Ermittlungen gegen designierten Behindertenbeauftragten eingestellt

Thüringen: Verdacht auf Untreue. Vorgänger hatte Anzeige gestellt.

Darf jetzt Behindertenbeauftragter werden: Joachim Leibiger (Foto: Kawa)

Darf jetzt Behindertenbeauftragter werden: Joachim Leibiger (Foto: Kawa)

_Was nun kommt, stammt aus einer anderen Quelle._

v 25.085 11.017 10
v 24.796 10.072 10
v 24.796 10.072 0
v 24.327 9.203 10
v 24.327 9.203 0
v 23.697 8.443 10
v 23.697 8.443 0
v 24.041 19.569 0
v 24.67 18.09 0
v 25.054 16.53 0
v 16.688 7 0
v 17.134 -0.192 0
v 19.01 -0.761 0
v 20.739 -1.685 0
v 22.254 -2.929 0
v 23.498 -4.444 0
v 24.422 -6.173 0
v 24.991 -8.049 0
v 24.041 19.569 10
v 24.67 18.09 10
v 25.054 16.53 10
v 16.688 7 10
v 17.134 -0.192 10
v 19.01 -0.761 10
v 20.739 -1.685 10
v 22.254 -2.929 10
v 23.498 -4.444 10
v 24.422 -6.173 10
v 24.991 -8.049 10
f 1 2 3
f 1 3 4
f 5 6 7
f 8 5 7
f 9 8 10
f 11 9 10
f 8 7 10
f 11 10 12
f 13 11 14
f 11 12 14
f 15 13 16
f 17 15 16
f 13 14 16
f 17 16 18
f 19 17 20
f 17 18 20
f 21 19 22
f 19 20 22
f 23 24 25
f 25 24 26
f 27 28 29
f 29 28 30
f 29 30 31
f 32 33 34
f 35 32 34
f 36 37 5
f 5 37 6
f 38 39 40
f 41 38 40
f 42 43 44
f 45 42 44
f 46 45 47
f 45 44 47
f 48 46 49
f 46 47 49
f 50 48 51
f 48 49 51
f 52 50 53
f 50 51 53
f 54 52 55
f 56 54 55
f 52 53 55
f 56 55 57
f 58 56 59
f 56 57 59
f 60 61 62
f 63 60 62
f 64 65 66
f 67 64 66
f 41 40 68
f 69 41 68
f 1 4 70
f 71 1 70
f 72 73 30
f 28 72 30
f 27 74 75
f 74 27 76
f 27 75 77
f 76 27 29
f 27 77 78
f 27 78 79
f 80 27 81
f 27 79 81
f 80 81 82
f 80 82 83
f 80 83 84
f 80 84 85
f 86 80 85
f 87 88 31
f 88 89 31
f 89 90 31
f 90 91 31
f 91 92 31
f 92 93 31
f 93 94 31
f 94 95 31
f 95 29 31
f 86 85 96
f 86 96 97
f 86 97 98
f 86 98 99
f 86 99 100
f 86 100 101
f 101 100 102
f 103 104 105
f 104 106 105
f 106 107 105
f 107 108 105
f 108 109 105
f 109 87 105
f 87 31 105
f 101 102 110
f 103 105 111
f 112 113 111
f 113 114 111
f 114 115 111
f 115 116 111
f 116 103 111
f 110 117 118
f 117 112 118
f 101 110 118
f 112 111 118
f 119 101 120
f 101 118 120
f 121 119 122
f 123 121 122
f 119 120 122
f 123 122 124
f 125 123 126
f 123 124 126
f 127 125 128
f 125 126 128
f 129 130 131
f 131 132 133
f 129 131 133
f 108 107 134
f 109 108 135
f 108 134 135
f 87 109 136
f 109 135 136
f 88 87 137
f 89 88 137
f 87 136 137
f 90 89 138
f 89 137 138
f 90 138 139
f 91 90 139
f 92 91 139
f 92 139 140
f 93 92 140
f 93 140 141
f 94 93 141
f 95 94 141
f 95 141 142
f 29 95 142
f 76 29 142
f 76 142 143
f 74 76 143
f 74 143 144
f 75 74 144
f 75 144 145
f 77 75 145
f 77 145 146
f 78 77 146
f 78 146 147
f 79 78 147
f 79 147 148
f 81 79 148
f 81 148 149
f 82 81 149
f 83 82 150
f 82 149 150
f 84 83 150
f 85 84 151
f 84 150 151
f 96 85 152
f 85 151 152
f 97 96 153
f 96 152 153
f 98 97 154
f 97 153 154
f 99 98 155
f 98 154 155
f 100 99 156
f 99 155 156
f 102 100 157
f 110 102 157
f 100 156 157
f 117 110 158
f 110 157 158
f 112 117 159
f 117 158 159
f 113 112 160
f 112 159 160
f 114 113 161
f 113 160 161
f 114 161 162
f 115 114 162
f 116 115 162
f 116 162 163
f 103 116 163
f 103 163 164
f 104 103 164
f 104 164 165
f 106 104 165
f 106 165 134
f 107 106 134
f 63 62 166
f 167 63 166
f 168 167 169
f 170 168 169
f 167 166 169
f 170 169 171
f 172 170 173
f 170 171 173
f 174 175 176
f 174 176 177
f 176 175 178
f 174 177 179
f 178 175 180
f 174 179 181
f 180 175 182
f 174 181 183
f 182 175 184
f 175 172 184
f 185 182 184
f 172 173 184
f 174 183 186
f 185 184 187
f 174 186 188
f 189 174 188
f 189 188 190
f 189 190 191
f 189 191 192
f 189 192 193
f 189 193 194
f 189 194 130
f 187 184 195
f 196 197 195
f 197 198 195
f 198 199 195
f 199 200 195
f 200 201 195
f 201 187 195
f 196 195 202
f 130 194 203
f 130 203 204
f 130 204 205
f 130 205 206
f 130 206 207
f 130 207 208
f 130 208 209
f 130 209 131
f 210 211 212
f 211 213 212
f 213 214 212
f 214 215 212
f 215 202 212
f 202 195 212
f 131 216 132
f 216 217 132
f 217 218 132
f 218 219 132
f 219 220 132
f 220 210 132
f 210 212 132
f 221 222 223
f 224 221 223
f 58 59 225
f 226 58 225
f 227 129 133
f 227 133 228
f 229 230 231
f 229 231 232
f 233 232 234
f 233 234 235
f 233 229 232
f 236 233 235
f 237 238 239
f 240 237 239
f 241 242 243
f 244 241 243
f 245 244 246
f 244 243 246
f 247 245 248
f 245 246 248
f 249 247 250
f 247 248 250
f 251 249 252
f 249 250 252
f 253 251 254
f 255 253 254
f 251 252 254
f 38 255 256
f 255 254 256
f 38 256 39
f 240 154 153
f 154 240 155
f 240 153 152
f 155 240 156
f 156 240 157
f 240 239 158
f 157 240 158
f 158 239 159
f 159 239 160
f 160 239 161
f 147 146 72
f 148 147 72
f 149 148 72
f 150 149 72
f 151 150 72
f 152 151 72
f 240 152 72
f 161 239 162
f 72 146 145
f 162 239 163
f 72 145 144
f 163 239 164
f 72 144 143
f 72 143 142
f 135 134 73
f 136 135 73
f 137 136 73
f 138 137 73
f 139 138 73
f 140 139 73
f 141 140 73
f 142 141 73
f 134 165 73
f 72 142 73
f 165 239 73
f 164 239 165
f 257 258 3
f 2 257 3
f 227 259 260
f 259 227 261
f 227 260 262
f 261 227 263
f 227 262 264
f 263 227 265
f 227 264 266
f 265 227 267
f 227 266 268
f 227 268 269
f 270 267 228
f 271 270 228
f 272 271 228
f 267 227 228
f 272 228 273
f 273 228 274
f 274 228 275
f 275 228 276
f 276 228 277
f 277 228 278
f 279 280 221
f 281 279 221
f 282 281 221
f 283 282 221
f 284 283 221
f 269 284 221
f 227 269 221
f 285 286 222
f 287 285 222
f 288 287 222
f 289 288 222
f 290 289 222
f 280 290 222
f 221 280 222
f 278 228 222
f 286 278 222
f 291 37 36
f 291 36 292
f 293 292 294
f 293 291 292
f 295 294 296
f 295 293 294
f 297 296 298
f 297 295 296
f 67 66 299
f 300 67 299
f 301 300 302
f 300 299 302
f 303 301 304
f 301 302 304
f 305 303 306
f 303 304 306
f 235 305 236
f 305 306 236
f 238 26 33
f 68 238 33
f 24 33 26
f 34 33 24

Die Staatsanwaltschaft Erfurt hat die Ermittlungen gegen den designierten und von den Linken vorgeschlagenen Thüringer Behindertenbeauftragten Joachim Leibiger eingestellt. „Die Vorwürfe wegen des Verdachts der Untreue konnten nicht nachgewiesen werden“, sagte Sprecher Hannes Grünseisen am Dienstag.

Die Landesregierung hatte die Berufung von Leibiger Mitte Juli bis zur Klärung der Angelegenheit ausgesetzt. Ursprünglich sollte Leibiger zum 1. August berufen werden. Die „Thüringische Landeszeitung“ hatte am Dienstag über die Einstellung berichtet.

Das Verfahren geht auf eine Anzeige des Suhler Rechtsanwalts Peter Och zurück, der früher Vorsitzender des Thüringer Blinden- und Sehbehindertenverbandes war. Leibiger ist sein Nachfolger und sollte Fördergelder veruntreut haben. Leibiger hatte den Vorwurf als haltlos zurückgewiesen.